Vom 16. Oktober bis 22. Oktober.

Die allen Begriff übersteigende Mannigfaltigkeit der auf- und aneinander getürmten, gefügten Kriegsgebäude, die bei jedem Schritt vor- oder rückwärts, auf- oder abwärts ein anderes Bild zeigten, riefen die Lust hervor, wenigstens etwas davon aufs Papier zu bringen. Freilich musste diese Neigung auch wieder einmal sich regen, da seit so viel Wochen mir kaum ein Gegenstand vor die Augen gekommen, der sie geweckt hätte. Unter andern fiel es sonderbar auf, dass so manche gegeneinander über stehende Felsen, Mauern und Verteidigungswerke in der Höhe durch Zugbrücken, Galerien und gewisse wunderliche Vorrichtungen verbunden waren. Irgendjemand vom Metier hätte dieses alles mit Kunstaugen angesehen und sich mit Soldatenblick der sichern Einrichtung erfreut; ich aber konnte nur den malerischen Effekt ihr abgewinnen und hätte gar zu gern, wäre nicht alles Zeichnen an und in den Festungen höchlich verpönt, meine Nachbildungskräfte hier in Übung gesetzt.



Den 19. Oktober.

Nachdem ich nun also mehrere Tage in diesen Labyrinthen, wo Naturfels und Kriegsgebäu wetteifernd seltsam steile Schluchten gegeneinander aufgetürmt und daneben Pflanzenwachstum, Baumzucht und Luftgebüsch nicht ausgeschlossen, mich sinnend und denkend einsam genug herum gewunden hatte. Fing ich an, nach Hause kommend, die Bilder, wie sie sich der Einbildungskraft nach und nach einprägten, aufs Papier zu bringen, unvollkommen zwar, doch hinreichend, das Andenken eines höchst seltsamen Zustandes einigermaßen festzuhalten.



Den 20. Oktober.

Ich hatte Zeit gewonnen, das kurz Vergangene zu überdenken, aber je mehr man dachte, je verworrener und unsicherer ward alles vor dem Blick. Auch sah ich, dass wohl das Notwendigste sein möchte, sich auf das unmittelbar Bevorstehende zu bereiten. Die wenigen Meilen bis Trier mussten zurückgelegt werden; aber was mochte dort zu finden sein, da nun die Herren selbst mit andern Flüchtlingen sich nachdrängten!
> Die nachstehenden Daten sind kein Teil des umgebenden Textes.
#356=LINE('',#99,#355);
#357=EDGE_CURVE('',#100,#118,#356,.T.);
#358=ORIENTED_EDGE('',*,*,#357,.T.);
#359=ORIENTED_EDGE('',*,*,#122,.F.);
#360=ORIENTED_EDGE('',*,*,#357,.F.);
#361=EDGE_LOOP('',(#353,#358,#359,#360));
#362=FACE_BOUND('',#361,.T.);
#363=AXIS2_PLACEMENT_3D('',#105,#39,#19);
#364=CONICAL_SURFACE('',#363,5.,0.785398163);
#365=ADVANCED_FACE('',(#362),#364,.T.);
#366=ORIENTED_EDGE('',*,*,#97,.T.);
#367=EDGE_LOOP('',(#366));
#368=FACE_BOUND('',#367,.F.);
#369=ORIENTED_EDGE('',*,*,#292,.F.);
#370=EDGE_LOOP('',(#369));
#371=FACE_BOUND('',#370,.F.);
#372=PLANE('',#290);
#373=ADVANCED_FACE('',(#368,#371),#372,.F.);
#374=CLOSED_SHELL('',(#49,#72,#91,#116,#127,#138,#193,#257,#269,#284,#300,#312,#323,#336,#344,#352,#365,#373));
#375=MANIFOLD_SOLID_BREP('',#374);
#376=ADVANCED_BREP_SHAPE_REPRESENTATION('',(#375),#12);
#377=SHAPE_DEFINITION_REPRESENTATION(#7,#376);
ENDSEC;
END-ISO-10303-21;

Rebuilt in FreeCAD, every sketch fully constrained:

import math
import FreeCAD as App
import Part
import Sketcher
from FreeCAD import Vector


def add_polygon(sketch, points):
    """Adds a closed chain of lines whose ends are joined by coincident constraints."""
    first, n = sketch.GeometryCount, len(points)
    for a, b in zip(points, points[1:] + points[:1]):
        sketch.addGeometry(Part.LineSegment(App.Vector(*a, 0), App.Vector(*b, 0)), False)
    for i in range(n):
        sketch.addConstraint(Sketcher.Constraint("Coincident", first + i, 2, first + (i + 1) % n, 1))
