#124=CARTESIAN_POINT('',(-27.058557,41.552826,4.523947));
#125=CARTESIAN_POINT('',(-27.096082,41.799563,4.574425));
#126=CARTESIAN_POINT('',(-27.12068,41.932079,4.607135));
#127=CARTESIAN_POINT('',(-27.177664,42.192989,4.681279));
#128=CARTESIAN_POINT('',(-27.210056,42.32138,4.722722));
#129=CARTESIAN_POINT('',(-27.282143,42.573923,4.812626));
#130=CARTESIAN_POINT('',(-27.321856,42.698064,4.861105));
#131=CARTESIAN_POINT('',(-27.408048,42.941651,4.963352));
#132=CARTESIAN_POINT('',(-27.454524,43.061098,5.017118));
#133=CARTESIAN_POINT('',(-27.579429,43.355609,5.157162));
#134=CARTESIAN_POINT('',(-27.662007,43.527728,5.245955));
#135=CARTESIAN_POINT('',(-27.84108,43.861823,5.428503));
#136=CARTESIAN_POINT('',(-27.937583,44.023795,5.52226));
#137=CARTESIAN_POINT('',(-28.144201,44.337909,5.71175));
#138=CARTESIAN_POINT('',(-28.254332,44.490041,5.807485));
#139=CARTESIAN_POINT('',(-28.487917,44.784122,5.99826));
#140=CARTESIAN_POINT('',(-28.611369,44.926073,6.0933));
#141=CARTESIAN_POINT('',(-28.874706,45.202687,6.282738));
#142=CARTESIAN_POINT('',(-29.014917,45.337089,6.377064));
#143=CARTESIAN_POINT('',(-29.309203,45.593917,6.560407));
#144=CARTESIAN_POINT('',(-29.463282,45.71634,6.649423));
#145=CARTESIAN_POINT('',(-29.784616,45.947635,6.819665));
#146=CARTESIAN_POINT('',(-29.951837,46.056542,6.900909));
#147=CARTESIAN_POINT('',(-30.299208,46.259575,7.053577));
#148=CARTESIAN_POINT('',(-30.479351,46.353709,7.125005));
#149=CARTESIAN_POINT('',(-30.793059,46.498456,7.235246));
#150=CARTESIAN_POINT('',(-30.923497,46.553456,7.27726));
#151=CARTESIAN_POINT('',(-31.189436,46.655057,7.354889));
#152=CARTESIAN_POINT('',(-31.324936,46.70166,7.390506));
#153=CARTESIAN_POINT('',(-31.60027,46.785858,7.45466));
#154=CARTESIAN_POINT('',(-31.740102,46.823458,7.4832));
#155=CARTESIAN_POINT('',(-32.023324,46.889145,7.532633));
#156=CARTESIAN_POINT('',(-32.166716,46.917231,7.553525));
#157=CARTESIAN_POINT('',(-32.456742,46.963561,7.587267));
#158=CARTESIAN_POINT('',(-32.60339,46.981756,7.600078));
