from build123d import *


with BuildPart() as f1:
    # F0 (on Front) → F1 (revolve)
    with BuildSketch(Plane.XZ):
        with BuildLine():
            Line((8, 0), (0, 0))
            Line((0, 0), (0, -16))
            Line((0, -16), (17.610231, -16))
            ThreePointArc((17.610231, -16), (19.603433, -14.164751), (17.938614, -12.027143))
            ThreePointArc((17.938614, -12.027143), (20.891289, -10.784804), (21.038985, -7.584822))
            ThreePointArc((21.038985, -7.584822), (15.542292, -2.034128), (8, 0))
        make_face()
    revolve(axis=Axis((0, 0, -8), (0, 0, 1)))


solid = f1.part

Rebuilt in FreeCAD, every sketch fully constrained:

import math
import FreeCAD as App
import Part
import Sketcher

doc = App.newDocument("Part")
body = doc.addObject("PartDesign::Body", "Body")

# Sketch on XZ plane
sketch1 = body.newObject("Sketcher::SketchObject", "Sketch")
sketch1.AttachmentSupport = (doc.getObject("XZ_Plane"), [""])
sketch1.MapMode = "FlatFace"
sketch1.addGeometry([
    Part.LineSegment(App.Vector(8, 0, 0), App.Vector(0, 0, 0)),  # 0
    Part.LineSegment(App.Vector(0, 0, 0), App.Vector(0, -16, 0)),  # 1
    Part.LineSegment(App.Vector(0, -16, 0), App.Vector(17.610231, -16, 0)),  # 2
    Part.ArcOfCircle(Part.Circle(App.Vector(17.61023, -14, 0), App.Vector(0, 0, 1), 2), math.radians(-89.999977), math.radians(80.549707)),  # 3
    Part.ArcOfCircle(Part.Circle(App.Vector(18.431189, -9.067858, 0), App.Vector(0, 0, 1), 3), math.radians(-99.450273), math.radians(29.626593)),  # 4
    Part.ArcOfCircle(Part.Circle(App.Vector(8.000001, -14.999998, 0), App.Vector(0, 0, 1), 14.999998), math.radians(29.626577), math.radians(90.000003)),  # 5
], False)
sketch1.addConstraint([
    Sketcher.Constraint("Coincident", 0, 2, 1, 1),
    Sketcher.Constraint("Coincident", 1, 2, 2, 1),
    Sketcher.Constraint("Tangent", 2, 2, 3, 1),
    Sketcher.Constraint("Tangent", 3, 2, 4, 1),
    Sketcher.Constraint("Tangent", 4, 2, 5, 1),
    Sketcher.Constraint("Tangent", 5, 2, 0, 1),
    Sketcher.Constraint("Horizontal", 0),
    Sketcher.Constraint("Vertical", 1),
    Sketcher.Constraint("Horizontal", 2),
    Sketcher.Constraint("Coincident", 0, 2, -1, 1),
    Sketcher.Constraint("Radius", 3, 2.0),
    Sketcher.Constraint("Radius", 4, 3.0),
    Sketcher.Constraint("Radius", 5, 14.999998),
    Sketcher.Constraint("DistanceX", 0, 2, 0, 1, 8.0),
    Sketcher.Constraint("DistanceY", 1, 2, 1, 1, 16.0),
    Sketcher.Constraint("DistanceX", 2, 1, 2, 2, 17.610231),
])
revolution = body.newObject("PartDesign::Revolution", "Revolution")
revolution.Profile = sketch1
revolution.ReferenceAxis = (sketch1, ["V_Axis"])
revolution.Angle = 360

doc.recompute()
Als das Schmerzlichste jedoch, was einen jeden, mehr oder weniger resigniert wie er war, mit einer Art von Furienwut ergriff, empfand man die Kunde, die sich nicht verbergen ließ, dass unsere höchsten Heerführer mit den vermaledeiten, durch das Manifest dem Untergang gewidmeten, durch die schrecklichsten Taten abscheulich dargestellten Aufrührern doch übereinkommen, ihnen die Festungen übergeben mussten, um nur sich und den Ihrigen eine mögliche Rückkehr zu gewinnen. Ich habe von den Unsrigen gesehen, für welche der Wahnsinn zu fürchten war.



Den 22. Oktober.

Auf dem Weg nach Trier fand sich bei Grevenmachern nichts mehr von jener galanten Wagenburg; öde, wüst und zerfahren lagen die Anger, und die weit und breiten Spuren deuteten auf jenes vorübergegangene flüchtige Dasein. Am Posthaus fuhr ich diesmal mit requirierten Pferden ganz im stillen vorbei, das Briefkästchen stand noch auf seinem Platz, kein Gedränge war umher, man konnte sich der wunderlichsten Gedanken nicht erwehren.
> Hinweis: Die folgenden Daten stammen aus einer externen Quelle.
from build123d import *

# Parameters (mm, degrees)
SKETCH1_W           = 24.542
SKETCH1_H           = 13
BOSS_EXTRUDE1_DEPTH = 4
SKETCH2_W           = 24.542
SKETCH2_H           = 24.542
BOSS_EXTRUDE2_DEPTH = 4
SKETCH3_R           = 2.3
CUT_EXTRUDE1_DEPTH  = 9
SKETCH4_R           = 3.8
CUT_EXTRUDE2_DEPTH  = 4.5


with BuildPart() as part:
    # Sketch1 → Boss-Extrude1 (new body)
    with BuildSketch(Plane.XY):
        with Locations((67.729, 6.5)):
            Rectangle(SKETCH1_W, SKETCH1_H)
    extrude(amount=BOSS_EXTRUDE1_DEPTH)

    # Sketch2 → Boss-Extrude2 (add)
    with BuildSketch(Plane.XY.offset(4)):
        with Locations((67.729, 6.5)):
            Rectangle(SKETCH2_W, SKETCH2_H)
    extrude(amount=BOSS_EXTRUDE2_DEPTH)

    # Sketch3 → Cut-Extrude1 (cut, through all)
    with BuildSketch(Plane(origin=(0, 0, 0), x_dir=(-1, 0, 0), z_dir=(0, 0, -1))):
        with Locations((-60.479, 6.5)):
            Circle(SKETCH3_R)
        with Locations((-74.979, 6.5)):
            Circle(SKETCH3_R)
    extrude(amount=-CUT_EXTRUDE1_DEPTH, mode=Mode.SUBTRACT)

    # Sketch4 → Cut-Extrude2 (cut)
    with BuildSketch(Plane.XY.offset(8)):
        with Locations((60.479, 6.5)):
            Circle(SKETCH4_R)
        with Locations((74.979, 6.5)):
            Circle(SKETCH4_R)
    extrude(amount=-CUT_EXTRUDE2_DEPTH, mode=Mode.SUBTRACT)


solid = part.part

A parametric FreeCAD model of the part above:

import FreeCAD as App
import Part
import Sketcher
Q = App.Units.Quantity

doc = App.newDocument("Part")
body = doc.addObject("PartDesign::Body", "Body")

sketch1 = body.newObject("Sketcher::SketchObject", "Sketch")
sketch1.AttachmentSupport = (doc.getObject("XY_Plane"), [""])
sketch1.MapMode = "FlatFace"
sketch1.addGeometry([
    Part.LineSegment(App.Vector(55.458, 13, 0), App.Vector(55.458, 0, 0)),
    Part.LineSegment(App.Vector(55.458, 0, 0), App.Vector(80, 0, 0)),
    Part.LineSegment(App.Vector(80, 0, 0), App.Vector(80, 13, 0)),
    Part.LineSegment(App.Vector(80, 13, 0), App.Vector(55.458, 13, 0)),
], False)
sketch1.addConstraint([
    Sketcher.Constraint("Coincident", 0, 2, 1, 1),
    Sketcher.Constraint("Coincident", 1, 2, 2, 1),
    Sketcher.Constraint("Coincident", 2, 2, 3, 1),
    Sketcher.Constraint("Coincident", 3, 2, 0, 1),
    Sketcher.Constraint("Vertical", 0),
    Sketcher.Constraint("Horizontal", 1),
    Sketcher.Constraint("Vertical", 2),
    Sketcher.Constraint("Horizontal", 3),
    Sketcher.Constraint("PointOnObject", 0, 2, -1),
    Sketcher.Constraint("DistanceY", 0, 2, 0, 1, Q("13 mm")),
    Sketcher.Constraint("DistanceX", -1, 1, 1, 2, Q("80 mm")),
    Sketcher.Constraint("DistanceX", 1, 1, 1, 2, Q("24.542 mm")),
])
pad1 = body.newObject("PartDesign::Pad", "Pad")
pad1.Profile = sketch1
pad1.Length = 4

sketch2 = body.newObject("Sketcher::SketchObject", "Sketch001")
sketch2.AttachmentSupport = (doc.getObject("XY_Plane"), [""])
sketch2.MapMode = "FlatFace"
sketch2.AttachmentOffset = App.Placement(App.Vector(0, 0, 4), App.Rotation())
sketch2.addGeometry([
    Part.LineSegment(App.Vector(55.458, 18.771, 0), App.Vector(55.458, -5.771, 0)),
    Part.LineSegment(App.Vector(55.458, -5.771, 0), App.Vector(80, -5.771, 0)),
    Part.LineSegment(App.Vector(80, -5.771, 0), App.Vector(80, 18.771, 0)),
    Part.LineSegment(App.Vector(80, 18.771, 0), App.Vector(55.458, 18.771, 0)),
], False)
sketch2.addConstraint([
    Sketcher.Constraint("Coincident", 0, 2, 1, 1),
    Sketcher.Constraint("Coincident", 1, 2, 2, 1),
    Sketcher.Constraint("Coincident", 2, 2, 3, 1),
    Sketcher.Constraint("Coincident", 3, 2, 0, 1),
    Sketcher.Constraint("Vertical", 0),
    Sketcher.Constraint("Horizontal", 1),
    Sketcher.Constraint("Vertical", 2),
    Sketcher.Constraint("Horizontal", 3),
    Sketcher.Constraint("Equal", 3, 0),
    Sketcher.Constraint("DistanceX", -1, 1, 1, 2, Q("80 mm")),
    Sketcher.Constraint("DistanceX", 1, 1, 1, 2, Q("24.542 mm")),
    Sketcher.Constraint("DistanceY", 0, 2, -1, 1, Q("5.771 mm")),
])
pad2 = body.newObject("PartDesign::Pad", "Pad001")
pad2.Profile = sketch2
pad2.Length = 4

sketch3 = body.newObject("Sketcher::SketchObject", "Sketch002")
sketch3.AttachmentSupport = (doc.getObject("XY_Plane"), [""])
sketch3.MapMode = "FlatFace"
sketch3.addGeometry([
    Part.Circle(App.Vector(60.479, 6.5, 0), App.Vector(0, 0, 1), 2.3),
    Part.Circle(App.Vector(74.979, 6.5, 0), App.Vector(0, 0, 1), 2.3),
], False)
sketch3.addConstraint([
    Sketcher.Constraint("Equal", 0, 1),
    Sketcher.Constraint("Horizontal", 0, 3, 1, 3),
    Sketcher.Constraint("Diameter", 0, Q("4.6 mm")),
    Sketcher.Constraint("DistanceY", -1, 1, 0, 3, Q("6.5 mm")),
    Sketcher.Constraint("DistanceX", 0, 3, 1, 3, Q("14.5 mm")),
    Sketcher.Constraint("DistanceX", -1, 1, 0, 3, Q("60.479 mm")),
])
pocket1 = body.newObject("PartDesign::Pocket", "Pocket")
pocket1.Profile = sketch3
pocket1.Type = "ThroughAll"
pocket1.Reversed = True

sketch4 = body.newObject("Sketcher::SketchObject", "Sketch003")
sketch4.AttachmentSupport = (doc.getObject("XY_Plane"), [""])
sketch4.MapMode = "FlatFace"
sketch4.AttachmentOffset = App.Placement(App.Vector(0, 0, 8), App.Rotation())
sketch4.addGeometry([
    Part.Circle(App.Vector(60.479, 6.5, 0), App.Vector(0, 0, 1), 3.8),
    Part.Circle(App.Vector(74.979, 6.5, 0), App.Vector(0, 0, 1), 3.8),
], False)
sketch4.addConstraint([
    Sketcher.Constraint("Equal", 0, 1),
    Sketcher.Constraint("Horizontal", 0, 3, 1, 3),
    Sketcher.Constraint("Diameter", 0, Q("7.6 mm")),
    Sketcher.Constraint("DistanceY", -1, 1, 0, 3, Q("6.5 mm")),
    Sketcher.Constraint("DistanceX", 0, 3, 1, 3, Q("14.5 mm")),
    Sketcher.Constraint("DistanceX", -1, 1, 0, 3, Q("60.479 mm")),
])
pocket2 = body.newObject("PartDesign::Pocket", "Pocket001")
pocket2.Profile = sketch4
pocket2.Length = 4.5

doc.recompute()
Doch ein herrlicher Sonnenblick belebte soeben die Gegend, als mir das Monument von Igel, wie der Leuchtturm einem nächtlich Schiffenden, entgegenglänzte.

Vielleicht war die Macht des Altertums nie so gefühlt worden als an diesem Kontrast: ein Monument, zwar auch kriegerischer Zeiten, aber doch glücklicher, siegreicher Tage und eines dauernden Wohlbefindens rühriger Menschen in dieser Gegend.

Obgleich in später Zeit, unter den Antoninen, erbaut, behält es immer noch von trefflicher Kunst so viel Eigenschaften übrig, dass es uns im ganzen anmutig-ernst zuspricht und aus seinen, obgleich sehr beschädigten Teilen das Gefühl eines fröhlich-tätigen Daseins mitteilt. Es hielt mich lange fest; ich notierte manches, ungern scheidend, da ich mich nur desto unbehaglicher in meinem erbärmlichen Zustand fühlte.

Doch auch jetzt wechselte schnell wieder eine freudige Aussicht in der Seele, die blad darauf zur Wirklichkeit gelangte.